## Work request
Quote exactly the lines spanning from the top of the data below to the line that contains "e6 v6 v3 LINE", including both.

## Supplied information
■ ■ ■ ■ ■

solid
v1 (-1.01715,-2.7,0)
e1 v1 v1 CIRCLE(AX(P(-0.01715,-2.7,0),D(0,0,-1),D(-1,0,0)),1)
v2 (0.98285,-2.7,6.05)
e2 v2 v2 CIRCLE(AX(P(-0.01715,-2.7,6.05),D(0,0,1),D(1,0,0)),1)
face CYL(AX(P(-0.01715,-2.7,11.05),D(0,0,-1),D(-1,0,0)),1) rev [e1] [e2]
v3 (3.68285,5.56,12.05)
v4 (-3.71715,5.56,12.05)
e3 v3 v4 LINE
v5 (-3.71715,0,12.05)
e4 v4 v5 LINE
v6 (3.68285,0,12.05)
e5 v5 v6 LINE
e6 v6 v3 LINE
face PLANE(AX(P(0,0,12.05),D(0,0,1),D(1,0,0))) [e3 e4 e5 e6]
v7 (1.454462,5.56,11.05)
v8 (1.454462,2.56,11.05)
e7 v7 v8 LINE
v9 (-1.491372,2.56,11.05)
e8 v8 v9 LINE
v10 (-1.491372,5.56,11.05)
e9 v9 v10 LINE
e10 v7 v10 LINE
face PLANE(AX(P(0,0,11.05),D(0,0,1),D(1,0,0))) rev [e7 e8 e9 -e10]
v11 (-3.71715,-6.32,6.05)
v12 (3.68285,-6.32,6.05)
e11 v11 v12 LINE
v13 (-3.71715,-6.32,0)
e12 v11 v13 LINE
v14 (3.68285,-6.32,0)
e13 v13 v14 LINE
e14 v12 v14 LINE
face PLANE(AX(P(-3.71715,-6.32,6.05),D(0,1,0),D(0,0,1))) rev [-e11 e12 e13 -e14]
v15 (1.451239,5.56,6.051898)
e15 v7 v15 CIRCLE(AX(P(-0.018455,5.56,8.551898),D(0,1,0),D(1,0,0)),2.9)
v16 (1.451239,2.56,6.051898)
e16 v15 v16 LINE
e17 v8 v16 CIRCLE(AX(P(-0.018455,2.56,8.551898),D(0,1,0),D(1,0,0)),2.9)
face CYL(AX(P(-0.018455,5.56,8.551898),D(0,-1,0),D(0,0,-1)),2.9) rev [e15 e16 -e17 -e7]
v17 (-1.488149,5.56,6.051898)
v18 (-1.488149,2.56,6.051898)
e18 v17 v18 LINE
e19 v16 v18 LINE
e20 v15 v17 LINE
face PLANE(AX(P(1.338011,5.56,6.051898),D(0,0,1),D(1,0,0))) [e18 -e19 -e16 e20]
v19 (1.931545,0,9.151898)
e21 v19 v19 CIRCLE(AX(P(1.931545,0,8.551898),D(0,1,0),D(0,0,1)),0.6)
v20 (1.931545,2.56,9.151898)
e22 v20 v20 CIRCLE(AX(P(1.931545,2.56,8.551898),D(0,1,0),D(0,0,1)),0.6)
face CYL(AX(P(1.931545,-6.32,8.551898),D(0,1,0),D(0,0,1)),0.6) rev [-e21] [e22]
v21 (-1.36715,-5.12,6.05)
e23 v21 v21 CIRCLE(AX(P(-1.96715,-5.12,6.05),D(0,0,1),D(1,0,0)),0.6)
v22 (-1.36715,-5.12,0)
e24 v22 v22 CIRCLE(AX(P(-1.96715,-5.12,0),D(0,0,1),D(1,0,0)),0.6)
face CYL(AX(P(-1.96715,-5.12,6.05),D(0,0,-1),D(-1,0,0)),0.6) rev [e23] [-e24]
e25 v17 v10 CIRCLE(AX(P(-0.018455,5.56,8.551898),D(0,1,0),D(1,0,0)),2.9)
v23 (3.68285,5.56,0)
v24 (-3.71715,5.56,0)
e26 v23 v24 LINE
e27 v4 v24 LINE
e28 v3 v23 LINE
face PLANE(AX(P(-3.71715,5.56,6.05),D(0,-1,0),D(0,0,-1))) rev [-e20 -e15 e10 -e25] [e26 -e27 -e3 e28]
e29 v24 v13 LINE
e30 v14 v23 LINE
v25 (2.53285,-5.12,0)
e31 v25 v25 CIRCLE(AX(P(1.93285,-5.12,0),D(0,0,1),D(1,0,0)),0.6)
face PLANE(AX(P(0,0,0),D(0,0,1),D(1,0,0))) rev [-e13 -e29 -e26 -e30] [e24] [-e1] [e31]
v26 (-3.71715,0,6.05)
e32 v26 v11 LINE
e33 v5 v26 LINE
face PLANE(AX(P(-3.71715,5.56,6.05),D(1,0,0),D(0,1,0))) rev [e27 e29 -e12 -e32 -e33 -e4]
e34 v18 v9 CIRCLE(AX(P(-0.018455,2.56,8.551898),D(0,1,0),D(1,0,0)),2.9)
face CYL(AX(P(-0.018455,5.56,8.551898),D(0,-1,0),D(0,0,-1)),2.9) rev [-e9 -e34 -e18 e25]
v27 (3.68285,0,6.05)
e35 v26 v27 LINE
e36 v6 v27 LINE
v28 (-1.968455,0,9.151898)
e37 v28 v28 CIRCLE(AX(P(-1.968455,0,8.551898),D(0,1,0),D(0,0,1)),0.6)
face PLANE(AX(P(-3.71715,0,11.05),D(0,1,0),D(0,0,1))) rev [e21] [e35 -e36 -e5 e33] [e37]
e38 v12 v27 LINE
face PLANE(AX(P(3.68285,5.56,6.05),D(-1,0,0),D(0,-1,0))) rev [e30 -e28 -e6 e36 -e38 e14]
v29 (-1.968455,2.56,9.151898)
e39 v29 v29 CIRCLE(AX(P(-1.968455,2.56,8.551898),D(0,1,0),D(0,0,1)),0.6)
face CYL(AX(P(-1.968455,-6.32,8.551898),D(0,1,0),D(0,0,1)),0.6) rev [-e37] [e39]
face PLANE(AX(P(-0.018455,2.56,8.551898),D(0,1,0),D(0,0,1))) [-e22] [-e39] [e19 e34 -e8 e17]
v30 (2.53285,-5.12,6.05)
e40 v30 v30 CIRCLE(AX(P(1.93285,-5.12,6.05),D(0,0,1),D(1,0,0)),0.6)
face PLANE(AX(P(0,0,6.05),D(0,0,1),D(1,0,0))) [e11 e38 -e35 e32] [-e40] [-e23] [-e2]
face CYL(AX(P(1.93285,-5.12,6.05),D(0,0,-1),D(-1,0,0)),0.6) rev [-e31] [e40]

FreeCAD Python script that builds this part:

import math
import FreeCAD as App
import Part
import Sketcher
Q = App.Units.Quantity


def add_polygon(sketch, points):
    """Adds a closed chain of lines whose ends are joined by coincident constraints."""
    first, n = sketch.GeometryCount, len(points)
    for a, b in zip(points, points[1:] + points[:1]):
        sketch.addGeometry(Part.LineSegment(App.Vector(*a, 0), App.Vector(*b, 0)), False)
    for i in range(n):
        sketch.addConstraint(Sketcher.Constraint("Coincident", first + i, 2, first + (i + 1) % n, 1))

doc = App.newDocument("Part")
body = doc.addObject("PartDesign::Body", "Body")

sketch1 = doc.addObject("Sketcher::SketchObject", "Sketch")
body.addObject(sketch1)
sketch1.AttachmentSupport = (doc.XY_Plane, [""])
sketch1.MapMode = "FlatFace"
add_polygon(sketch1, [(-3.7, 5.6), (-3.7, -6.3), (3.7, -6.3), (3.7, 5.6)])
sketch1.addGeometry(Part.Circle(App.Vector(-2, -5.1, 0), App.Vector(0, 0, 1), 0.6), False)
sketch1.addGeometry(Part.Circle(App.Vector(1.9, -5.1, 0), App.Vector(0, 0, 1), 0.6), False)
sketch1.addConstraint(Sketcher.Constraint("Vertical", 0))
sketch1.addConstraint(Sketcher.Constraint("Horizontal", 1))
sketch1.addConstraint(Sketcher.Constraint("Vertical", 2))
sketch1.addConstraint(Sketcher.Constraint("Horizontal", 3))
sketch1.addConstraint(Sketcher.Constraint("Equal", 4, 5))
sketch1.addConstraint(Sketcher.Constraint("Horizontal", 4, 3, 5, 3))
sketch1.addConstraint(Sketcher.Constraint("Diameter", 4, Q("1.2 mm")))
sketch1.addConstraint(Sketcher.Constraint("DistanceX", 1, 1, 1, 2, Q("7.4 mm")))
sketch1.addConstraint(Sketcher.Constraint("DistanceY", 0, 2, 0, 1, Q("11.88 mm")))
sketch1.addConstraint(Sketcher.Constraint("DistanceX", 4, 3, 5, 3, Q("3.9 mm")))
sketch1.addConstraint(Sketcher.Constraint("DistanceY", 0, 2, 4, 3, Q("1.2 mm")))
sketch1.addConstraint(Sketcher.Constraint("DistanceY", 4, 3, -1, 1, Q("5.12 mm")))
sketch1.addConstraint(Sketcher.Constraint("DistanceX", 0, 2, 4, 3, Q("1.75 mm")))
sketch1.addConstraint(Sketcher.Constraint("DistanceX", 4, 3, -1, 1, Q("1.96715 mm")))
pad1 = doc.addObject("PartDesign::Pad", "Pad")
body.addObject(pad1)
pad1.Profile = sketch1
pad1.Length = 6.05

sketch2 = doc.addObject("Sketcher::SketchObject", "Sketch001")
body.addObject(sketch2)
sketch2.AttachmentSupport = (doc.XY_Plane, [""])
sketch2.MapMode = "FlatFace"
sketch2.AttachmentOffset = App.Placement(App.Vector(0, 0, 6.05), App.Rotation())
add_polygon(sketch2, [(-4, 6), (-4, 0), (4, 0), (4, 6)])
sketch2.addConstraint(Sketcher.Constraint("Vertical", 0))
sketch2.addConstraint(Sketcher.Constraint("Horizontal", 1))
sketch2.addConstraint(Sketcher.Constraint("Vertical", 2))
sketch2.addConstraint(Sketcher.Constraint("Horizontal", 3))
sketch2.addConstraint(Sketcher.Constraint("PointOnObject", 0, 2, -1))
sketch2.addConstraint(Sketcher.Constraint("DistanceX", 1, 1, 1, 2, Q("7.4 mm")))
sketch2.addConstraint(Sketcher.Constraint("DistanceY", 0, 2, 0, 1, Q("5.56 mm")))
sketch2.addConstraint(Sketcher.Constraint("DistanceX", 0, 2, -1, 1, Q("3.71715 mm")))
pad2 = doc.addObject("PartDesign::Pad", "Pad001")
body.addObject(pad2)
pad2.Profile = sketch2
pad2.Length = 5

sketch3 = doc.addObject("Sketcher::SketchObject", "Sketch002")
body.addObject(sketch3)
sketch3.AttachmentSupport = (doc.XZ_Plane, [""])
sketch3.MapMode = "FlatFace"
sketch3.AttachmentOffset = App.Placement(App.Vector(0, 0, -5.56), App.Rotation())
sketch3.addGeometry(Part.ArcOfCircle(Part.Circle(App.Vector(0, 8.6, 0), App.Vector(0, 0, 1), 2.5), math.radians(123), math.radians(237)), False)
sketch3.addGeometry(Part.LineSegment(App.Vector(-1.4, 10.7, 0), App.Vector(1.3, 10.7, 0)), False)
sketch3.addGeometry(Part.ArcOfCircle(Part.Circle(App.Vector(0, 8.6, 0), App.Vector(0, 0, 1), 2.5), math.radians(-57), math.radians(57)), False)
sketch3.addGeometry(Part.LineSegment(App.Vector(1.3, 6.5, 0), App.Vector(-1.4, 6.5, 0)), False)
sketch3.addConstraint(Sketcher.Constraint("Coincident", 0, 1, 1, 1))
sketch3.addConstraint(Sketcher.Constraint("Coincident", 1, 2, 2, 2))
sketch3.addConstraint(Sketcher.Constraint("Coincident", 2, 1, 3, 1))
sketch3.addConstraint(Sketcher.Constraint("Coincident", 3, 2, 0, 2))
sketch3.addConstraint(Sketcher.Constraint("Horizontal", 1))
sketch3.addConstraint(Sketcher.Constraint("Horizontal", 3))
sketch3.addConstraint(Sketcher.Constraint("Coincident", 2, 3, 0, 3))
sketch3.addConstraint(Sketcher.Constraint("Equal", 0, 2))
sketch3.addConstraint(Sketcher.Constraint("Vertical", 1, 2, 2, 1))
sketch3.addConstraint(Sketcher.Constraint("Radius", 0, Q("2.5 mm")))
sketch3.addConstraint(Sketcher.Constraint("DistanceY", 0, 3, 0, 1, Q("2.1 mm")))
sketch3.addConstraint(Sketcher.Constraint("DistanceX", 0, 1, -1, 1, Q("1.374921 mm")))
sketch3.addConstraint(Sketcher.Constraint("DistanceY", -1, 1, 0, 3, Q("8.551898 mm")))
pocket1 = doc.addObject("PartDesign::Pocket", "Pocket")
body.addObject(pocket1)
pocket1.Profile = sketch3
pocket1.Length = 3
pocket1.Reversed = True

sketch4 = doc.addObject("Sketcher::SketchObject", "Sketch003")
body.addObject(sketch4)
sketch4.AttachmentSupport = (doc.XZ_Plane, [""])
sketch4.MapMode = "FlatFace"
sketch4.AttachmentOffset = App.Placement(App.Vector(0, 0, -5.56), App.Rotation())
sketch4.addGeometry(Part.LineSegment(App.Vector(-1.5, 11.1, 0), App.Vector(1.5, 11.1, 0)), False)
sketch4.addGeometry(Part.ArcOfCircle(Part.Circle(App.Vector(0, 8.6, 0), App.Vector(0, 0, 1), 2.9), math.radians(-60), math.radians(60)), False)
sketch4.addGeometry(Part.LineSegment(App.Vector(1.5, 6.1, 0), App.Vector(-1.5, 6.1, 0)), False)
sketch4.addGeometry(Part.ArcOfCircle(Part.Circle(App.Vector(0, 8.6, 0), App.Vector(0, 0, 1), 2.9), math.radians(120), math.radians(240)), False)
sketch4.addGeometry(Part.LineSegment(App.Vector(1.3, 10.7, 0), App.Vector(-1.4, 10.7, 0)), False)
sketch4.addGeometry(Part.ArcOfCircle(Part.Circle(App.Vector(0, 8.6, 0), App.Vector(0, 0, 1), 2.5), math.radians(123), math.radians(237)), False)
sketch4.addGeometry(Part.LineSegment(App.Vector(-1.4, 6.5, 0), App.Vector(1.3, 6.5, 0)), False)
sketch4.addGeometry(Part.ArcOfCircle(Part.Circle(App.Vector(0, 8.6, 0), App.Vector(0, 0, 1), 2.5), math.radians(-57), math.radians(57)), False)
sketch4.addConstraint(Sketcher.Constraint("Coincident", 0, 2, 1, 2))
sketch4.addConstraint(Sketcher.Constraint("Coincident", 1, 1, 2, 1))
sketch4.addConstraint(Sketcher.Constraint("Coincident", 2, 2, 3, 2))
sketch4.addConstraint(Sketcher.Constraint("Coincident", 3, 1, 0, 1))
sketch4.addConstraint(Sketcher.Constraint("Coincident", 4, 2, 5, 1))
sketch4.addConstraint(Sketcher.Constraint("Coincident", 5, 2, 6, 1))
sketch4.addConstraint(Sketcher.Constraint("Coincident", 6, 2, 7, 1))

■ ■ ■ ■ ■

## Answer box
solid
v1 (-1.01715,-2.7,0)
e1 v1 v1 CIRCLE(AX(P(-0.01715,-2.7,0),D(0,0,-1),D(-1,0,0)),1)
v2 (0.98285,-2.7,6.05)
e2 v2 v2 CIRCLE(AX(P(-0.01715,-2.7,6.05),D(0,0,1),D(1,0,0)),1)
face CYL(AX(P(-0.01715,-2.7,11.05),D(0,0,-1),D(-1,0,0)),1) rev [e1] [e2]
v3 (3.68285,5.56,12.05)
v4 (-3.71715,5.56,12.05)
e3 v3 v4 LINE
v5 (-3.71715,0,12.05)
e4 v4 v5 LINE
v6 (3.68285,0,12.05)
e5 v5 v6 LINE
e6 v6 v3 LINE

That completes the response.